Before starting a clinical case, we have to analyse the singularity of every case. Every therapeutic decision that we take, must have a goal and all the risks must be contemplated. Its widely accepted that the implant position is driven by the prosthetics aesthetics, function and biomechanical considerations (Misch 2015). We should also consider the patient´s health condition, the soft tissue and the bone morphology. 46
Soft tissue must be intact to allow a successful coverage of the regenerated area, tension free.
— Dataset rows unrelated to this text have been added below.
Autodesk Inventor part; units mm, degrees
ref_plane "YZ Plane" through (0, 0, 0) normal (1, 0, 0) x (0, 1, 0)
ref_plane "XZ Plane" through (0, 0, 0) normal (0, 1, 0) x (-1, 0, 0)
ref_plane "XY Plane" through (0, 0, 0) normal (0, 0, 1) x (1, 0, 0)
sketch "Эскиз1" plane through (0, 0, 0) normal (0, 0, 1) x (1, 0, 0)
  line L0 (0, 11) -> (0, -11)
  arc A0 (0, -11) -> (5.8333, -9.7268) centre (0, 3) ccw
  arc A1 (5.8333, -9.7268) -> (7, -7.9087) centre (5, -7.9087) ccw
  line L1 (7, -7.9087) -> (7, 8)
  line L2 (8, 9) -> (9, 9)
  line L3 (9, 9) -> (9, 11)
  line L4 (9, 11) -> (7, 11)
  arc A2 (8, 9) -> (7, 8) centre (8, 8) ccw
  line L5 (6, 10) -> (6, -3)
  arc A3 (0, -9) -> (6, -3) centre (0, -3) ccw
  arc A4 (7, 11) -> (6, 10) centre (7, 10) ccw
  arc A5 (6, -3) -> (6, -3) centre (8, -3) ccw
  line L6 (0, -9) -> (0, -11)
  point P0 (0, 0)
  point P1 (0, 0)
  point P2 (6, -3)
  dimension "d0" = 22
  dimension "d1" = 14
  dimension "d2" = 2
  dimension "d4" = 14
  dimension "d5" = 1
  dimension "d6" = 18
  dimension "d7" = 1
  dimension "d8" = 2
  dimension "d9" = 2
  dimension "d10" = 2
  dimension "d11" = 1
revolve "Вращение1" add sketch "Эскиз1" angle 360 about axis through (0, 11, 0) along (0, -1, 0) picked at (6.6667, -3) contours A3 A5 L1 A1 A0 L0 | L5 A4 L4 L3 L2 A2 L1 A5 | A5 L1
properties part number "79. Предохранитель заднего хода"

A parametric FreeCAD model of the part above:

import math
import FreeCAD as App
import Part
import Sketcher

doc = App.newDocument("Part")
body = doc.addObject("PartDesign::Body", "Body")

sketch1 = doc.addObject("Sketcher::SketchObject", "Sketch")
body.addObject(sketch1)
sketch1.AttachmentSupport = (doc.XY_Plane, [""])
sketch1.MapMode = "FlatFace"
sketch1.addGeometry([
    Part.ArcOfCircle(Part.Circle(App.Vector(0, -3, 0), App.Vector(0, 0, 1), 6), math.radians(-90), math.radians(0)),
    Part.LineSegment(App.Vector(0, -9, 0), App.Vector(0, -11, 0)),
    Part.ArcOfCircle(Part.Circle(App.Vector(0, 3, 0), App.Vector(0, 0, 1), 14), math.radians(-90), math.radians(-65)),
    Part.ArcOfCircle(Part.Circle(App.Vector(5, -7.9, 0), App.Vector(0, 0, 1), 2), math.radians(-65), math.radians(0)),
    Part.LineSegment(App.Vector(7, -7.9, 0), App.Vector(7, 8, 0)),
    Part.ArcOfCircle(Part.Circle(App.Vector(8, 8, 0), App.Vector(0, 0, 1), 1), math.radians(90), math.radians(180)),
    Part.LineSegment(App.Vector(8, 9, 0), App.Vector(9, 9, 0)),
    Part.LineSegment(App.Vector(9, 9, 0), App.Vector(9, 11, 0)),
    Part.LineSegment(App.Vector(9, 11, 0), App.Vector(7, 11, 0)),
    Part.ArcOfCircle(Part.Circle(App.Vector(7, 10, 0), App.Vector(0, 0, 1), 1), math.radians(90), math.radians(180)),
    Part.LineSegment(App.Vector(6, 10, 0), App.Vector(6, -3, 0)),
], False)
sketch1.addConstraint([
    Sketcher.Constraint("Coincident", 0, 1, 1, 1),
    Sketcher.Constraint("Coincident", 1, 2, 2, 1),
    Sketcher.Constraint("Tangent", 2, 2, 3, 1),
    Sketcher.Constraint("Tangent", 3, 2, 4, 1),
    Sketcher.Constraint("Tangent", 4, 2, 5, 2),
    Sketcher.Constraint("Tangent", 5, 1, 6, 1),
    Sketcher.Constraint("Coincident", 6, 2, 7, 1),
    Sketcher.Constraint("Coincident", 7, 2, 8, 1),
    Sketcher.Constraint("Tangent", 8, 2, 9, 1),
    Sketcher.Constraint("Tangent", 9, 2, 10, 1),
    Sketcher.Constraint("Tangent", 10, 2, 0, 2),
    Sketcher.Constraint("Vertical", 1),
    Sketcher.Constraint("Vertical", 4),
    Sketcher.Constraint("Horizontal", 6),
    Sketcher.Constraint("Vertical", 7),
    Sketcher.Constraint("Horizontal", 8),
    Sketcher.Constraint("Vertical", 10),
    Sketcher.Constraint("Equal", 5, 9),
    Sketcher.Constraint("Symmetric", 0, 3, 2, 3, -1, 1),
    Sketcher.Constraint("PointOnObject", 0, 3, -2),
    Sketcher.Constraint("PointOnObject", 0, 1, -2),
    Sketcher.Constraint("Vertical", 9, 3, 3, 2),
    Sketcher.Constraint("Equal", 8, 1),
    Sketcher.Constraint("Equal", 1, 7),
    Sketcher.Constraint("Radius", 2, 14.0),
    Sketcher.Constraint("Radius", 3, 2.0),
    Sketcher.Constraint("Radius", 5, 1.0),
    Sketcher.Constraint("DistanceX", 6, 1, 6, 2, 1.0),
    Sketcher.Constraint("Radius", 0, 6.0),
    Sketcher.Constraint("DistanceY", 10, 2, 10, 1, 13.0),
])
revolution = doc.addObject("PartDesign::Revolution", "Revolution")
body.addObject(revolution)
revolution.Profile = sketch1
revolution.ReferenceAxis = (sketch1, ["V_Axis"])
revolution.Angle = 360

doc.recompute()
If an insufficient mucosa is present in the site where we want to perform a bone regeneration, we have to consider soft tissue augmentation before starting with the regenerative procedure. These are the soft tissue conditions that we have to evaluate:
- Presence and extent of soft-tissue defects. - Gingival biotype. - Level of the soft tissue at the teeth neighboring the gap. - The amount of keratinized mucosa. - Presence of invaginations, scars, discolorations and pathologies in the mucosa at the site to be augmented.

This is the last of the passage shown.